[[ RECORDS open ]]

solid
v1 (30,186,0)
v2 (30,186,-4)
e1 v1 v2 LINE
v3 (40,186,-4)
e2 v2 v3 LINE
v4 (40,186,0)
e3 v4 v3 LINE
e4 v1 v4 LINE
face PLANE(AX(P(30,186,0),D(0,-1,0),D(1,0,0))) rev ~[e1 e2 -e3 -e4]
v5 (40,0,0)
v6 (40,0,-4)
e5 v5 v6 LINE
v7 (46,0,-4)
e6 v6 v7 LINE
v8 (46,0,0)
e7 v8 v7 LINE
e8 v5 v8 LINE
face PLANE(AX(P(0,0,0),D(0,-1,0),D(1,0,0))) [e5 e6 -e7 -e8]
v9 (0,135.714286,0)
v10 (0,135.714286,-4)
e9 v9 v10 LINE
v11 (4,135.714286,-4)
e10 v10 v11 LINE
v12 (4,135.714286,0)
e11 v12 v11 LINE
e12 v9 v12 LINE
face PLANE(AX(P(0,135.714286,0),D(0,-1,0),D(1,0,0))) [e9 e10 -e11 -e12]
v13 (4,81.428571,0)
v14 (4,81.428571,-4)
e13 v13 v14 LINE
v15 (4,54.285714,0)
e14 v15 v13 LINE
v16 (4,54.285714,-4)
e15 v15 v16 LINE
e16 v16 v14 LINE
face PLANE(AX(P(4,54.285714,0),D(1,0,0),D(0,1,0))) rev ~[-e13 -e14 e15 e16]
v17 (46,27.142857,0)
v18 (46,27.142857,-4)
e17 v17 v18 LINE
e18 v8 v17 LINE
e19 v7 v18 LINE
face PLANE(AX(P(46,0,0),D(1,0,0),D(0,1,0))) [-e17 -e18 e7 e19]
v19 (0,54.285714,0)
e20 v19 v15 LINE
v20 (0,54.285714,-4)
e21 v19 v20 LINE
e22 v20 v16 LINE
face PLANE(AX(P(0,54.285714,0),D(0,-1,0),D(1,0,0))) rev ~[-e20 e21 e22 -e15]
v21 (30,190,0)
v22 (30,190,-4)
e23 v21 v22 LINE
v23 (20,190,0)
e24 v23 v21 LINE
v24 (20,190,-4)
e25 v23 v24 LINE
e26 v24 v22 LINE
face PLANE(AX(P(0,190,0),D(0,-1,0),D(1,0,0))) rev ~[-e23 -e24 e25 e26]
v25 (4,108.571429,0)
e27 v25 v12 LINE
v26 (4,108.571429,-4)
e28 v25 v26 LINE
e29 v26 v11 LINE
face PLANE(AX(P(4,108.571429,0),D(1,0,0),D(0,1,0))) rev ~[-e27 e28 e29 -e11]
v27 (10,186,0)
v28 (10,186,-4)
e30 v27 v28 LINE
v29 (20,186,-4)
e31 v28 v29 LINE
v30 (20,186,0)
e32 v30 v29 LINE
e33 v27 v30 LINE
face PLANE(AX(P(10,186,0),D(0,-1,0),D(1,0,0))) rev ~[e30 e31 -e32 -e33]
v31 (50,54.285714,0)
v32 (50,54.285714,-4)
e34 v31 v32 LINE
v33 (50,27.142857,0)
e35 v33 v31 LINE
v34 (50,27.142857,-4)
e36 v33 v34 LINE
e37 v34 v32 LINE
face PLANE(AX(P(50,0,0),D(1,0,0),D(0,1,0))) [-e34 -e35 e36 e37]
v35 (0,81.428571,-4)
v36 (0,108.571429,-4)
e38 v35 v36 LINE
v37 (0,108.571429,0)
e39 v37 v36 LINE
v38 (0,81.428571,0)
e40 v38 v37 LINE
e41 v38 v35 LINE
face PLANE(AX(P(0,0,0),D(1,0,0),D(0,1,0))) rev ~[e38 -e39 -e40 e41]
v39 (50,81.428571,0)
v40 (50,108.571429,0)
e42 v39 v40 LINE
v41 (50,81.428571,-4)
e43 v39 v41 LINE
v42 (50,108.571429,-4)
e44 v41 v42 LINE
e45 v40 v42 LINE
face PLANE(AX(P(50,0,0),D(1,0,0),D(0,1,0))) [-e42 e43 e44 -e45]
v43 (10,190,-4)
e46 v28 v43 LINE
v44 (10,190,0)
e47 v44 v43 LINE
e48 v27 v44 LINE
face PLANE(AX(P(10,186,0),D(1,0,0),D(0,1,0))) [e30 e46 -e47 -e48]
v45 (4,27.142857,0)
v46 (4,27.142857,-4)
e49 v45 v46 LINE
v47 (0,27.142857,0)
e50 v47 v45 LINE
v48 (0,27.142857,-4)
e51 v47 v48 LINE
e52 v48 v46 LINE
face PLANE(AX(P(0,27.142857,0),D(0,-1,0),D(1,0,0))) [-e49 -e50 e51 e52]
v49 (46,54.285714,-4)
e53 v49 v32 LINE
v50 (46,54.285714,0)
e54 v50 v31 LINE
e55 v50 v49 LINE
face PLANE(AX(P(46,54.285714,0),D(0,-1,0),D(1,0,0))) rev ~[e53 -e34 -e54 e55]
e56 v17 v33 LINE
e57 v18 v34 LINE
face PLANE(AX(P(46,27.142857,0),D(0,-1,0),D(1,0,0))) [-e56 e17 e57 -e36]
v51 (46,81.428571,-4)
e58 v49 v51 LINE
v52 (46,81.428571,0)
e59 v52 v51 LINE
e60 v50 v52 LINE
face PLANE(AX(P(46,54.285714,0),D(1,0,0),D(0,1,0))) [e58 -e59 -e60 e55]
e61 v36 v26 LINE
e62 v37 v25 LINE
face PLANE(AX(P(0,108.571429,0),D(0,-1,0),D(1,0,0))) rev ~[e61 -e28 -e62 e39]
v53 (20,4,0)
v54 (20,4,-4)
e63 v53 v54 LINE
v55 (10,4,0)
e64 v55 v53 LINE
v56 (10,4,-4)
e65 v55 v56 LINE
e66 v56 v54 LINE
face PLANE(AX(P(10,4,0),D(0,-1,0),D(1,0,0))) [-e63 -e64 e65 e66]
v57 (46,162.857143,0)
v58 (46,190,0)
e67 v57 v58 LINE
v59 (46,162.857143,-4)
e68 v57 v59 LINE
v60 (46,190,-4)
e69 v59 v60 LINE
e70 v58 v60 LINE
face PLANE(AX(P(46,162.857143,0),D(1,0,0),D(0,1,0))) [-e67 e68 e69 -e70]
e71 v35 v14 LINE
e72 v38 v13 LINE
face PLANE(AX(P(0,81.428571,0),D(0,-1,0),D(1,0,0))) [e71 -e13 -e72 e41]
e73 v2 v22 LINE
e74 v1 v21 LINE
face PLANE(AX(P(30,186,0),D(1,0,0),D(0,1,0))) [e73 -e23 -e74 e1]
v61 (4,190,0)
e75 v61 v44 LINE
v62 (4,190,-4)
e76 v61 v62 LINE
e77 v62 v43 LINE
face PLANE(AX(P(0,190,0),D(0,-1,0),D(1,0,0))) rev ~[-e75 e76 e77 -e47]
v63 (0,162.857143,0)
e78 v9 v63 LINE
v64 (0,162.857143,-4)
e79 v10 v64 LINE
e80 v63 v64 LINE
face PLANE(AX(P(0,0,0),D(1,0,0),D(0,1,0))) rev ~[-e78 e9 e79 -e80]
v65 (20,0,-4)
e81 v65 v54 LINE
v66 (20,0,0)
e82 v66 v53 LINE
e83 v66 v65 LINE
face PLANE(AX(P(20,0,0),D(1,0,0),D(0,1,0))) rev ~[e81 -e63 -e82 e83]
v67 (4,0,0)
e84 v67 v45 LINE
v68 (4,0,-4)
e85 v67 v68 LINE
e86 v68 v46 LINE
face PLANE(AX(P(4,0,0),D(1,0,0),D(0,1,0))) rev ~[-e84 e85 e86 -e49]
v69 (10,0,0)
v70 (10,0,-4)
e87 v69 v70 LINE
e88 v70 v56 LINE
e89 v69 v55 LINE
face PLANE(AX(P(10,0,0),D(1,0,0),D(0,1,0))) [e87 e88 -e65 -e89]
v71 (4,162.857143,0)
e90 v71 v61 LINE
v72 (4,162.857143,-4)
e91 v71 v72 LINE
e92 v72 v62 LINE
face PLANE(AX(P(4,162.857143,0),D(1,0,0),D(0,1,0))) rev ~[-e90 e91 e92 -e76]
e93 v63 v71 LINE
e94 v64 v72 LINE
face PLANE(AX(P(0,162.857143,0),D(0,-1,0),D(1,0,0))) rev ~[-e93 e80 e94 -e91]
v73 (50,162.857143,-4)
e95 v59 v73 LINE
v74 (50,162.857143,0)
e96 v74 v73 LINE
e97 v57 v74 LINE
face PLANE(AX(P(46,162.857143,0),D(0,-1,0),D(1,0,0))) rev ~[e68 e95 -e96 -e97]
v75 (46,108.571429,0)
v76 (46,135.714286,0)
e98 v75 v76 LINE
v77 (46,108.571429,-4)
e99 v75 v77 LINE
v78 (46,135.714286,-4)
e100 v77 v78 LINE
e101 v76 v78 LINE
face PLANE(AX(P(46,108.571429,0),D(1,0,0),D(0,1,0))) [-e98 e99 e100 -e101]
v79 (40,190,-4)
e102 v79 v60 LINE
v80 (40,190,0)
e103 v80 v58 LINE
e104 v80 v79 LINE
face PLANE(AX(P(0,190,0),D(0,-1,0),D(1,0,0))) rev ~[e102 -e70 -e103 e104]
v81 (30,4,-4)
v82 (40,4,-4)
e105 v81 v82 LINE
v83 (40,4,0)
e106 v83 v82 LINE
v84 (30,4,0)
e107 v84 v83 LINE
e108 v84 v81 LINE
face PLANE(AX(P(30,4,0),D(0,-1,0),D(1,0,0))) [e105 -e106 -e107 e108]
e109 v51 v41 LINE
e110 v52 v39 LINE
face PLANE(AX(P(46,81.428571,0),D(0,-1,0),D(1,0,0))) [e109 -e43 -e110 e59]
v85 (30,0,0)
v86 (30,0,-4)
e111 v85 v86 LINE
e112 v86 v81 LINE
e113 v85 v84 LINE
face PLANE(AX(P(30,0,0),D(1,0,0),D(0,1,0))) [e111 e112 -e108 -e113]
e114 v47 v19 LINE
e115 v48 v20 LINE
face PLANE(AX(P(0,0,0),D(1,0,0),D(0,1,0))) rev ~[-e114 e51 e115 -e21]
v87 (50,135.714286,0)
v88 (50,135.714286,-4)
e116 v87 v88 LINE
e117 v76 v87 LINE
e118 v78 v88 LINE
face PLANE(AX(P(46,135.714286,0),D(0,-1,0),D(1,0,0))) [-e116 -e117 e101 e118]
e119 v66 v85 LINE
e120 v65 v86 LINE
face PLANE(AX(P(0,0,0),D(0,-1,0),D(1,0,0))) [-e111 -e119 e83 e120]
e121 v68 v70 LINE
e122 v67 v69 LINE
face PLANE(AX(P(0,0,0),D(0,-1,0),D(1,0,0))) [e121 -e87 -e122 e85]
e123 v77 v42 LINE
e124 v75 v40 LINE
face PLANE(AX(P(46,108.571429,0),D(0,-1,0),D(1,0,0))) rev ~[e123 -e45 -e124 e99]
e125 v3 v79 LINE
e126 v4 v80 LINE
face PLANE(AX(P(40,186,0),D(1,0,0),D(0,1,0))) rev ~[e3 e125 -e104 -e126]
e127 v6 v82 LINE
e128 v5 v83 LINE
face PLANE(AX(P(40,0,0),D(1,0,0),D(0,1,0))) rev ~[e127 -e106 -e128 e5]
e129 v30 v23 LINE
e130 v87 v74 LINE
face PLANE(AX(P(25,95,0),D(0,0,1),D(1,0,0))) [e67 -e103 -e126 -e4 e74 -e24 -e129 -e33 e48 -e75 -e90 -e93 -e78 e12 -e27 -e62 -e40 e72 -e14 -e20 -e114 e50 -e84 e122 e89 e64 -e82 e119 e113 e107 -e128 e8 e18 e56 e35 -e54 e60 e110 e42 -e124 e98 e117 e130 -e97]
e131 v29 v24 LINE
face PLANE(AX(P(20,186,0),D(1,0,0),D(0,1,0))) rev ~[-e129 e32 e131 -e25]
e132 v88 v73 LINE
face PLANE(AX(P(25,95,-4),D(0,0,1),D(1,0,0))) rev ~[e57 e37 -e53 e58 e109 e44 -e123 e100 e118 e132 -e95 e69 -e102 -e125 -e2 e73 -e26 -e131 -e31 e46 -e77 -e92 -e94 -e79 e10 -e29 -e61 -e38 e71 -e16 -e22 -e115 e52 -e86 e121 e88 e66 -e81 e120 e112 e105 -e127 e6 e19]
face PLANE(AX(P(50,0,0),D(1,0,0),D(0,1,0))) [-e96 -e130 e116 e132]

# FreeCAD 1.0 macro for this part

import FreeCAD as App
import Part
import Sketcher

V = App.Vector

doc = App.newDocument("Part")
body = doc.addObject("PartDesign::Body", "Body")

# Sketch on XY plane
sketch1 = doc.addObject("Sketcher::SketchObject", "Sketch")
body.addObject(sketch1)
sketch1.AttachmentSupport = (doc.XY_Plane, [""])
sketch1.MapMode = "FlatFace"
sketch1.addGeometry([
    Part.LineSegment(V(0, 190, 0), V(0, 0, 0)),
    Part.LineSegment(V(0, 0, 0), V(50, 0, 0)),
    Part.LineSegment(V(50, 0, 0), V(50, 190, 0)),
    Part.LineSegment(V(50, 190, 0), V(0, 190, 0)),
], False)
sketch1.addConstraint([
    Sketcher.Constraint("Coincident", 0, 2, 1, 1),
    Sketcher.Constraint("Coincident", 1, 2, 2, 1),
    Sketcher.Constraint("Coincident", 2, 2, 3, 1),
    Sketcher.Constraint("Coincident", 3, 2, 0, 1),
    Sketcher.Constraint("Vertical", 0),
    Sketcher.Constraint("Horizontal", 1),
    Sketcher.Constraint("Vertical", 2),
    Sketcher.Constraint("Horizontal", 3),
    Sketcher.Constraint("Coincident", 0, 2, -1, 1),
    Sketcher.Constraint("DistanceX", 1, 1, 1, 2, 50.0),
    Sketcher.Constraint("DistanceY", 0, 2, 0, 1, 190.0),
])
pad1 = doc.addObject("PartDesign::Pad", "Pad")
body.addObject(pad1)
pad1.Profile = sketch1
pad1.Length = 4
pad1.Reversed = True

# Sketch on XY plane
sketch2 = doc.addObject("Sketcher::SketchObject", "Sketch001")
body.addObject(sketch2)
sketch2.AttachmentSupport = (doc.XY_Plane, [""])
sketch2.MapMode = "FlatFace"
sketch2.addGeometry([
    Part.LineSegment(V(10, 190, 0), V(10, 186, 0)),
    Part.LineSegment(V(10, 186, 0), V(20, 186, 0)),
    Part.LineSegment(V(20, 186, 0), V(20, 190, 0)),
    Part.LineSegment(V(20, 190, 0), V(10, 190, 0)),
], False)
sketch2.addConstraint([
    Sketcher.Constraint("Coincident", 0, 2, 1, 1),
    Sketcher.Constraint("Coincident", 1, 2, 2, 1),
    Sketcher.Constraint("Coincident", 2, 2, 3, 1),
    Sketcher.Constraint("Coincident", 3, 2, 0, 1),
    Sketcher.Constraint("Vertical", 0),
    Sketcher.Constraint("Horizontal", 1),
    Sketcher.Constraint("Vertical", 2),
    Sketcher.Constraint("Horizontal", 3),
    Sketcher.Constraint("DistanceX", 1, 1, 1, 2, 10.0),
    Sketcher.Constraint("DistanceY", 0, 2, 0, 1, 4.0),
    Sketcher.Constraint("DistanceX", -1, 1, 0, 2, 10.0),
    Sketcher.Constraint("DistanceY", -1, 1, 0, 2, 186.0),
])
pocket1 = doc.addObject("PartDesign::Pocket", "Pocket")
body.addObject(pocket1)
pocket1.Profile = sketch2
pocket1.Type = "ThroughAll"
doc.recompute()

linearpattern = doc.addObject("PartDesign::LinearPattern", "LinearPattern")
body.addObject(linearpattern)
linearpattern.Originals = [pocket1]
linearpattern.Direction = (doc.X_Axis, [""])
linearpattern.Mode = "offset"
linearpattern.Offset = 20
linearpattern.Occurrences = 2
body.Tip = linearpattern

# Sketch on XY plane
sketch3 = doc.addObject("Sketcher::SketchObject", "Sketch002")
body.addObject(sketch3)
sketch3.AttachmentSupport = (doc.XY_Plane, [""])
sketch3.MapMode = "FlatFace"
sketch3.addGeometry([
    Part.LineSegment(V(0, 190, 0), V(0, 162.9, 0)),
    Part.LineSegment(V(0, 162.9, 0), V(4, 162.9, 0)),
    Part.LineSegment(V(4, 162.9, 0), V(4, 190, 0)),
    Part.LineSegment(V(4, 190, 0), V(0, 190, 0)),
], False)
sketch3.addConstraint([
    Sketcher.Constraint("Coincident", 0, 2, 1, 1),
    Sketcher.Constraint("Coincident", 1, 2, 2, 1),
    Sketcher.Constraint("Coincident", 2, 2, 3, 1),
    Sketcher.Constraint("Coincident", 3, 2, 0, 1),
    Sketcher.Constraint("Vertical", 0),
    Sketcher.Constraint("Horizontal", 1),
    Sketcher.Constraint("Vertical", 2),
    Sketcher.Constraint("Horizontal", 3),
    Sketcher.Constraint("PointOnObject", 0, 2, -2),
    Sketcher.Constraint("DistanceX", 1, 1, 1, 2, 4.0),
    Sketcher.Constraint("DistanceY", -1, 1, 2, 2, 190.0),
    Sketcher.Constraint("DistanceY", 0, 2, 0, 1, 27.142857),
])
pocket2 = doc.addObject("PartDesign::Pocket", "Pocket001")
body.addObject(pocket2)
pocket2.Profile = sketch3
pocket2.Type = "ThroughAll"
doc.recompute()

[[ RECORDS closed ]]
[[ RECORDS open ]]

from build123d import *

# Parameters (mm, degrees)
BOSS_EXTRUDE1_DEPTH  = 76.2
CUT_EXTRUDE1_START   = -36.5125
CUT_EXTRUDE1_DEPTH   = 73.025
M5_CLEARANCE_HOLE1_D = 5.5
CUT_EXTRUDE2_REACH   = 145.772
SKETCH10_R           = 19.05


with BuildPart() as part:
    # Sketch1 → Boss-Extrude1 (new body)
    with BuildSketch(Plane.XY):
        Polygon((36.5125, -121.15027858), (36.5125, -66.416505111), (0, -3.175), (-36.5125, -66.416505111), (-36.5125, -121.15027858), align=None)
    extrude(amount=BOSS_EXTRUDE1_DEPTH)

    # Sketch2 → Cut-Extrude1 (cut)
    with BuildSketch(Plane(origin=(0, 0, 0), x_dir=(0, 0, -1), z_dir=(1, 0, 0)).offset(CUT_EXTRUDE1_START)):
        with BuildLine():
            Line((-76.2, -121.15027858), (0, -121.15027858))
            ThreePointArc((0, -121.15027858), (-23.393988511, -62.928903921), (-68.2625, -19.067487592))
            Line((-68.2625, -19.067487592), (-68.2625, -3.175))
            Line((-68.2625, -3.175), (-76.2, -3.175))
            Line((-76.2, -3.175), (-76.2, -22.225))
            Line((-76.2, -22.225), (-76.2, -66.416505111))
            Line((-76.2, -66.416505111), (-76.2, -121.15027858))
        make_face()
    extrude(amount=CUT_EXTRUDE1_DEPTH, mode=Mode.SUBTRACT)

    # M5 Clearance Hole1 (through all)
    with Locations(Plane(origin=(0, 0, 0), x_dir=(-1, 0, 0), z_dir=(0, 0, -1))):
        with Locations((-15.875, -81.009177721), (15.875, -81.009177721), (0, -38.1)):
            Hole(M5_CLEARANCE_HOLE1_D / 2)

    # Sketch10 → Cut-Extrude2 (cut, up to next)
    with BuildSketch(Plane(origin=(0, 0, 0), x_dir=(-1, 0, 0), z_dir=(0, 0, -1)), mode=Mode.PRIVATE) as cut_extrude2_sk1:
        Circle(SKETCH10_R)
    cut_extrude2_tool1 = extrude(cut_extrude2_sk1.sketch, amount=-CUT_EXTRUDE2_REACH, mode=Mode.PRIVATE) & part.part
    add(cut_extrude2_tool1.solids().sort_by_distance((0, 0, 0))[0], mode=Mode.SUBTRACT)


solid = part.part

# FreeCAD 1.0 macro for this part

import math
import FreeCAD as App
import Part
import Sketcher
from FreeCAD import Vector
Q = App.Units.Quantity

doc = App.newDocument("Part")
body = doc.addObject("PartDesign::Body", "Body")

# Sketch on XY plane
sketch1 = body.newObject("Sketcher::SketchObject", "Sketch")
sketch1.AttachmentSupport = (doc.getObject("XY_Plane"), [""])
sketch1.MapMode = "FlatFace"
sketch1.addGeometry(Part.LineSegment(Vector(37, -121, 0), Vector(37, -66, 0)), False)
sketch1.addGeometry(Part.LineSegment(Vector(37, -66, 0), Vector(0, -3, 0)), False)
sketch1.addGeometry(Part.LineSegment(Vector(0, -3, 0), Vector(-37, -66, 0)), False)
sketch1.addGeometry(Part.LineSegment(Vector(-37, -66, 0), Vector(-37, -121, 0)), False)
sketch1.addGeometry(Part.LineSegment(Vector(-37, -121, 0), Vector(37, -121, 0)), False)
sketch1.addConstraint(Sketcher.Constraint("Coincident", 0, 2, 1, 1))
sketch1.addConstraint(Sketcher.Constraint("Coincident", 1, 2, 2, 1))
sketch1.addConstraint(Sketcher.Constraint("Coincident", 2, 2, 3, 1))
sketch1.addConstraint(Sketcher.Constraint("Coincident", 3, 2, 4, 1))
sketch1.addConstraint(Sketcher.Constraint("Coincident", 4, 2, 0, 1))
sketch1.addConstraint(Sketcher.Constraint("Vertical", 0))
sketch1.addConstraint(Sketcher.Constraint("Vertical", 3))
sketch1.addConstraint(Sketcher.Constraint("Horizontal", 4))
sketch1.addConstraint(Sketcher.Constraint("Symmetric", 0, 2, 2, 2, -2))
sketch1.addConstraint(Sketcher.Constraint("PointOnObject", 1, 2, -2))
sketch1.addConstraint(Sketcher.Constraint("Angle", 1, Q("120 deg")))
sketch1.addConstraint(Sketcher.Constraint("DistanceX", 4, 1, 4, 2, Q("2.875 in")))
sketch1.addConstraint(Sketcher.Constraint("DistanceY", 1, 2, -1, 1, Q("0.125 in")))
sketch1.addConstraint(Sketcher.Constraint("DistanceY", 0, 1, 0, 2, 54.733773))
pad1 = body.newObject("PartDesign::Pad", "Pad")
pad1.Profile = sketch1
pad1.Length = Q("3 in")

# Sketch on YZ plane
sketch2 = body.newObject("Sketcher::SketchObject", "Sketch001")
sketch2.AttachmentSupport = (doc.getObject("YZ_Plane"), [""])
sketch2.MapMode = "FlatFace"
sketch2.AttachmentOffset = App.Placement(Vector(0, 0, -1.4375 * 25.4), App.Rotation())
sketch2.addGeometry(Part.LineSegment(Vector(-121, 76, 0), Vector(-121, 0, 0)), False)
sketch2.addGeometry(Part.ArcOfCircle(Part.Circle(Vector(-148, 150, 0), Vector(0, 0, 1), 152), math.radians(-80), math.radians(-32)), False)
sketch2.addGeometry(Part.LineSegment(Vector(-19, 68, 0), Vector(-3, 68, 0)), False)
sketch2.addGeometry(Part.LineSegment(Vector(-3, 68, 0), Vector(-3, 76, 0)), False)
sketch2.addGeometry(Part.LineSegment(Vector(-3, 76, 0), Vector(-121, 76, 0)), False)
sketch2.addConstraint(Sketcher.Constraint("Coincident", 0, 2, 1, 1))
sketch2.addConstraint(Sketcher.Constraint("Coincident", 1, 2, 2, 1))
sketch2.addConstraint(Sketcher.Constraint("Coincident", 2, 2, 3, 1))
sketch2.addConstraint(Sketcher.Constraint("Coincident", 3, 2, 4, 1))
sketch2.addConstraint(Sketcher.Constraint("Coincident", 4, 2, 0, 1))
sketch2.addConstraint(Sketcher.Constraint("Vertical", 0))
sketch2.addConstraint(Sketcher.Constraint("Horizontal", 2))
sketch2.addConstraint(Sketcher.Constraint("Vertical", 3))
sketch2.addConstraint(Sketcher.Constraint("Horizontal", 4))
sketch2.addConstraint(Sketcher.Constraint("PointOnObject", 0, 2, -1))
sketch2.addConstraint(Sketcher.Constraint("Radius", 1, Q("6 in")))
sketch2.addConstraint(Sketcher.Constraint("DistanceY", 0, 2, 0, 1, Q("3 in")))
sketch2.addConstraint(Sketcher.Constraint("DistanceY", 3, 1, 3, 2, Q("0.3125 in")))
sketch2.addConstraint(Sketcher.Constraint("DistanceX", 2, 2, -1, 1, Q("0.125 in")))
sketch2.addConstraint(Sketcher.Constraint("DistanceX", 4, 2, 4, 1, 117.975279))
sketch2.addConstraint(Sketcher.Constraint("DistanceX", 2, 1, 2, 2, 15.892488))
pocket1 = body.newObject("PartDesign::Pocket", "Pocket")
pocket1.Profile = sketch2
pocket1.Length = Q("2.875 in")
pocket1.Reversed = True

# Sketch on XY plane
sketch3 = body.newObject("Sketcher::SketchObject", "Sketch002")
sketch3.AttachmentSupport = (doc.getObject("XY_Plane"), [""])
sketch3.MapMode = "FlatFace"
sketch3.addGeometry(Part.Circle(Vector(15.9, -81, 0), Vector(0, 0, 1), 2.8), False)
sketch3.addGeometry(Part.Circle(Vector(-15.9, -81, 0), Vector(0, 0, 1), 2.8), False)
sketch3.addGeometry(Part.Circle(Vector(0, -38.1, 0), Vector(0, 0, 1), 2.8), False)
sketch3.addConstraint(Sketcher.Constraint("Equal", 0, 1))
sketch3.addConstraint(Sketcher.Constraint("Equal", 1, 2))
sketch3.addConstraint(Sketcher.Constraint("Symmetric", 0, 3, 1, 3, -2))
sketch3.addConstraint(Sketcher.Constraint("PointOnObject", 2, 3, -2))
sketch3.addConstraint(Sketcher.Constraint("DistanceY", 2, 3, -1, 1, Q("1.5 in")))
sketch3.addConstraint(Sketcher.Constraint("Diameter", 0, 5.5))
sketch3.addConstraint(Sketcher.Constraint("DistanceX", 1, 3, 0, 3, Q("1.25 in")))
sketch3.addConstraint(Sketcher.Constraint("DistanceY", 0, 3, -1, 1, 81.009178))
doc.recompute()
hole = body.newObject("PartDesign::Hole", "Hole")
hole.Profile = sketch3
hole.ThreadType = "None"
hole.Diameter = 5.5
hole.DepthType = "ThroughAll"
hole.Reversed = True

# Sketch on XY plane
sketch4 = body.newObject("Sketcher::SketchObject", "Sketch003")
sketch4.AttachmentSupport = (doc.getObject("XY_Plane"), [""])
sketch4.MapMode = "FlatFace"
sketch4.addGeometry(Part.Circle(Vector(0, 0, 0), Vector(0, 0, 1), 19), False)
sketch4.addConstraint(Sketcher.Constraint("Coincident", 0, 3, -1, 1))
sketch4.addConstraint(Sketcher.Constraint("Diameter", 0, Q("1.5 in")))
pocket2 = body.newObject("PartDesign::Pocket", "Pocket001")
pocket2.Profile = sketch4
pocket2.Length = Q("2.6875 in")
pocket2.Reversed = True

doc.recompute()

[[ RECORDS closed ]]

- _TASK ITEM_
Print only what lies in the material above starting at the line with "face PLANE(AX(P(0,0,0),D(0,-1,0),D(1,0,0))) [e5" and ending at the line with "e21 v19 v20 LINE", every line exactly as given.

- _ANSWER TO THIS PROBLEM_
face PLANE(AX(P(0,0,0),D(0,-1,0),D(1,0,0))) [e5 e6 -e7 -e8]
v9 (0,135.714286,0)
v10 (0,135.714286,-4)
e9 v9 v10 LINE
v11 (4,135.714286,-4)
e10 v10 v11 LINE
v12 (4,135.714286,0)
e11 v12 v11 LINE
e12 v9 v12 LINE
face PLANE(AX(P(0,135.714286,0),D(0,-1,0),D(1,0,0))) [e9 e10 -e11 -e12]
v13 (4,81.428571,0)
v14 (4,81.428571,-4)
e13 v13 v14 LINE
v15 (4,54.285714,0)
e14 v15 v13 LINE
v16 (4,54.285714,-4)
e15 v15 v16 LINE
e16 v16 v14 LINE
face PLANE(AX(P(4,54.285714,0),D(1,0,0),D(0,1,0))) rev ~[-e13 -e14 e15 e16]
v17 (46,27.142857,0)
v18 (46,27.142857,-4)
e17 v17 v18 LINE
e18 v8 v17 LINE
e19 v7 v18 LINE
face PLANE(AX(P(46,0,0),D(1,0,0),D(0,1,0))) [-e17 -e18 e7 e19]
v19 (0,54.285714,0)
e20 v19 v15 LINE
v20 (0,54.285714,-4)
e21 v19 v20 LINE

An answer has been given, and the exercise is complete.